[Opening Records provided section]
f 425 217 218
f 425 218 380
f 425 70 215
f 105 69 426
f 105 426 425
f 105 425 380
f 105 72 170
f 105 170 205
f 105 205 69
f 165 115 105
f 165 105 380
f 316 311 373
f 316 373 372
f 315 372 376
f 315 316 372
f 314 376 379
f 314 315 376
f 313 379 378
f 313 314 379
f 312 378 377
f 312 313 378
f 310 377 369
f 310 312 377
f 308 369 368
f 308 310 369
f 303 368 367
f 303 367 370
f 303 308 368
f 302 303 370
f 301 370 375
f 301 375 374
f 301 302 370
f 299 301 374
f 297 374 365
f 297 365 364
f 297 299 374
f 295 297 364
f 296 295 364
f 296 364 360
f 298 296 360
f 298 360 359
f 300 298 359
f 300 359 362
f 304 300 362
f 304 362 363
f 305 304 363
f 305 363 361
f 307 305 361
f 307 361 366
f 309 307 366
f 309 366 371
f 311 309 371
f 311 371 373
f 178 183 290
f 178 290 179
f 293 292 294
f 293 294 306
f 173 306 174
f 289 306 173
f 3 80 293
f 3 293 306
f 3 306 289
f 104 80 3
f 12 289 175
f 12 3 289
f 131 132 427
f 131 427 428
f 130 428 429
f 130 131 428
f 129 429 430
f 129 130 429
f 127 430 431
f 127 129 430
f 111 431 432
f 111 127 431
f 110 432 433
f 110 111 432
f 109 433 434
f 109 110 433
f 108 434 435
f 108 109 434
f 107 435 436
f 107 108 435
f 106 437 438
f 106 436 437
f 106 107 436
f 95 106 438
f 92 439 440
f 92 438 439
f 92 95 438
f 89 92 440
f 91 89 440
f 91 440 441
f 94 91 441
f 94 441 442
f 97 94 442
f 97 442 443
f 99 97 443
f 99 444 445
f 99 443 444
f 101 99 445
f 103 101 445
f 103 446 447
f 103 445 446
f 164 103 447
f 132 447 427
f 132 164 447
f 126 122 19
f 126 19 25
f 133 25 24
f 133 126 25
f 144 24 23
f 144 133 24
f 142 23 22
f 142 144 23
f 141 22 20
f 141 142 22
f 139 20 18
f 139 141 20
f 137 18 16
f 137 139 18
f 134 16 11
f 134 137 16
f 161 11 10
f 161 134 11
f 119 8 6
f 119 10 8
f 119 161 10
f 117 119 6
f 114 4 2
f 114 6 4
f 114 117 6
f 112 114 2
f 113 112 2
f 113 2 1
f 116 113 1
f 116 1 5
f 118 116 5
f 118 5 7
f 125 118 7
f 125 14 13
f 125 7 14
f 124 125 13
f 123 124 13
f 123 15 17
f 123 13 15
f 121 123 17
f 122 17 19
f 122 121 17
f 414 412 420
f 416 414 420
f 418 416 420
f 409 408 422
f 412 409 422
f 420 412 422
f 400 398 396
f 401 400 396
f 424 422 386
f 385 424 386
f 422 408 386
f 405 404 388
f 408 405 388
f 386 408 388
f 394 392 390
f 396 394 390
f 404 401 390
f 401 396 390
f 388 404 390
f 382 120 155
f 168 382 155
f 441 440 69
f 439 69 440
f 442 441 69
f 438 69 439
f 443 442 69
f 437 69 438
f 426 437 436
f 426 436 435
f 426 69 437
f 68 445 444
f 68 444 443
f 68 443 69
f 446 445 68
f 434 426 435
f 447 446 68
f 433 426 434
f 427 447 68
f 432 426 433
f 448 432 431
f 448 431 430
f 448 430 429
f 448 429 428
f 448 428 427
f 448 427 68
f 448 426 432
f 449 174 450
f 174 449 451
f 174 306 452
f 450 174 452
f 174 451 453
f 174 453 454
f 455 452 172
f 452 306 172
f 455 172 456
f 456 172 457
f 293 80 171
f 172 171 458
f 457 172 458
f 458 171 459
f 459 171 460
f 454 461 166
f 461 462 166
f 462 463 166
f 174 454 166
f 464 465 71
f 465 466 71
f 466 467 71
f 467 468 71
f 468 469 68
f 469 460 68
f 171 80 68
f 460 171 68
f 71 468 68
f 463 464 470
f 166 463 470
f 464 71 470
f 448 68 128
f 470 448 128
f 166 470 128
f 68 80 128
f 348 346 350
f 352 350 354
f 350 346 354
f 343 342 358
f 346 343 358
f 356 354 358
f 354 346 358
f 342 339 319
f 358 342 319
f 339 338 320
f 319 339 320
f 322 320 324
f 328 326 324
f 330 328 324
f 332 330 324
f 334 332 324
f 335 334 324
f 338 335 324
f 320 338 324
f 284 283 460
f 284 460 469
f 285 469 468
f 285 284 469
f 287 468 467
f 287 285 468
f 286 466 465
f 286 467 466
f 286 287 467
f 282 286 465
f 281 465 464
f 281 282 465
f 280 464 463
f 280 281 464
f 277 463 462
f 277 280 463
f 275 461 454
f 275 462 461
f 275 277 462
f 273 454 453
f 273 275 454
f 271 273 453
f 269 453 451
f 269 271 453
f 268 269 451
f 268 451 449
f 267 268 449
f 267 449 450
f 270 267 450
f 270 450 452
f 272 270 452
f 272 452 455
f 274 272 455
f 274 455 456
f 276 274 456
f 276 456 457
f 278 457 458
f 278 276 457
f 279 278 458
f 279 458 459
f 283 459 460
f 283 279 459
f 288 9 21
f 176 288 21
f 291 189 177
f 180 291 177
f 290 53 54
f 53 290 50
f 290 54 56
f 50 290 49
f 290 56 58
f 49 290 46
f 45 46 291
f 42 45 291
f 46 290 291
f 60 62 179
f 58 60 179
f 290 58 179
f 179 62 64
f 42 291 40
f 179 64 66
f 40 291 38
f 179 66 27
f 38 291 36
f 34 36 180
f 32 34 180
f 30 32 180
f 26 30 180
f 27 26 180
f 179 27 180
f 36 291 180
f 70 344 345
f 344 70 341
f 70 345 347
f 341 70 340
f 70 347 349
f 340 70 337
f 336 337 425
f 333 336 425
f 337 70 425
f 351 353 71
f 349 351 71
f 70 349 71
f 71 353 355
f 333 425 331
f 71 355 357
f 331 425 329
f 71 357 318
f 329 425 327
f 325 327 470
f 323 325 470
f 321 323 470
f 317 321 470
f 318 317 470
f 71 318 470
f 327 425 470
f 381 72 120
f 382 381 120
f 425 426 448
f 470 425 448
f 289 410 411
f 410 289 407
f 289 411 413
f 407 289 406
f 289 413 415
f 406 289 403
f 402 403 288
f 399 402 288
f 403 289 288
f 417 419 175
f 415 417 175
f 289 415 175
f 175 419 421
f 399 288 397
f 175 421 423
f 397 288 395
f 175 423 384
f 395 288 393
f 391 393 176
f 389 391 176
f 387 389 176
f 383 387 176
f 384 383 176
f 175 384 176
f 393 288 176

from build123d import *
[Closing Records provided section]
[Opening Records provided section]
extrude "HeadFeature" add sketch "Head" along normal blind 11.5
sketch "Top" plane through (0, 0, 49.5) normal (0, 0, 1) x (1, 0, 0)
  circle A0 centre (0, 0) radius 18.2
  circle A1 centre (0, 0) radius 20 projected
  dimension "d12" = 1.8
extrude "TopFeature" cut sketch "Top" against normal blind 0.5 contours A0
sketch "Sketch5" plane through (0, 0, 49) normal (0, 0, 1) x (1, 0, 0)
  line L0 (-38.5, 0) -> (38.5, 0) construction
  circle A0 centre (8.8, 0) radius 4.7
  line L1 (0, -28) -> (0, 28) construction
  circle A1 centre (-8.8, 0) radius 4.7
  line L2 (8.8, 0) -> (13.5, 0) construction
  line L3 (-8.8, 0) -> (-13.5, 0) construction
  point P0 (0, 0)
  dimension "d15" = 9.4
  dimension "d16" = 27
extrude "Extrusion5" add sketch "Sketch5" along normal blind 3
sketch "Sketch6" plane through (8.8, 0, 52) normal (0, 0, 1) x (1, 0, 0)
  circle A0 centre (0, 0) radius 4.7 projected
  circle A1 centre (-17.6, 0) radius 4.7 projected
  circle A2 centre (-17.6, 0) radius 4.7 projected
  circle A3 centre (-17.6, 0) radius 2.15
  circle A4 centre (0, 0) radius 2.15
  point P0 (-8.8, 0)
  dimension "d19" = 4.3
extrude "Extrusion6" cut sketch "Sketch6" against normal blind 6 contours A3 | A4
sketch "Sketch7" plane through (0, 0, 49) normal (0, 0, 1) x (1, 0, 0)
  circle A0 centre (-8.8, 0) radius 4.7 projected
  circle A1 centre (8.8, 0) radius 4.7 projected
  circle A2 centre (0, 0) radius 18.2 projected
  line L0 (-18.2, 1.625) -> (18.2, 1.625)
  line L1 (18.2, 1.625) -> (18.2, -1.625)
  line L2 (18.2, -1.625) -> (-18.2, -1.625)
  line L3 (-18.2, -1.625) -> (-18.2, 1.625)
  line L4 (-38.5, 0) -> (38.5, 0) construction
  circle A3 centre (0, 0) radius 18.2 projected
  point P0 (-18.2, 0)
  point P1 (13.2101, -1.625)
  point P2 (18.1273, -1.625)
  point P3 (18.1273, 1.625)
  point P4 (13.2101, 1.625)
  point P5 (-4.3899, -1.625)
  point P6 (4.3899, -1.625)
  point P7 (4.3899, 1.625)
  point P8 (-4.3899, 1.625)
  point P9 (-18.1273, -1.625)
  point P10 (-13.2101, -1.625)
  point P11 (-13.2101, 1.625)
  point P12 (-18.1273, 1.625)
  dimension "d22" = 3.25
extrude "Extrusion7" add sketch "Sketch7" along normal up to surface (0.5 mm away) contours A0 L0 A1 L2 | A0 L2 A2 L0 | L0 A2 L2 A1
[Closing Records provided section]
From the data above, copy each line that holds "plane".

> [Your solution]:
sketch "Top" plane through (0, 0, 49.5) normal (0, 0, 1) x (1, 0, 0)
sketch "Sketch5" plane through (0, 0, 49) normal (0, 0, 1) x (1, 0, 0)
sketch "Sketch6" plane through (8.8, 0, 52) normal (0, 0, 1) x (1, 0, 0)
sketch "Sketch7" plane through (0, 0, 49) normal (0, 0, 1) x (1, 0, 0)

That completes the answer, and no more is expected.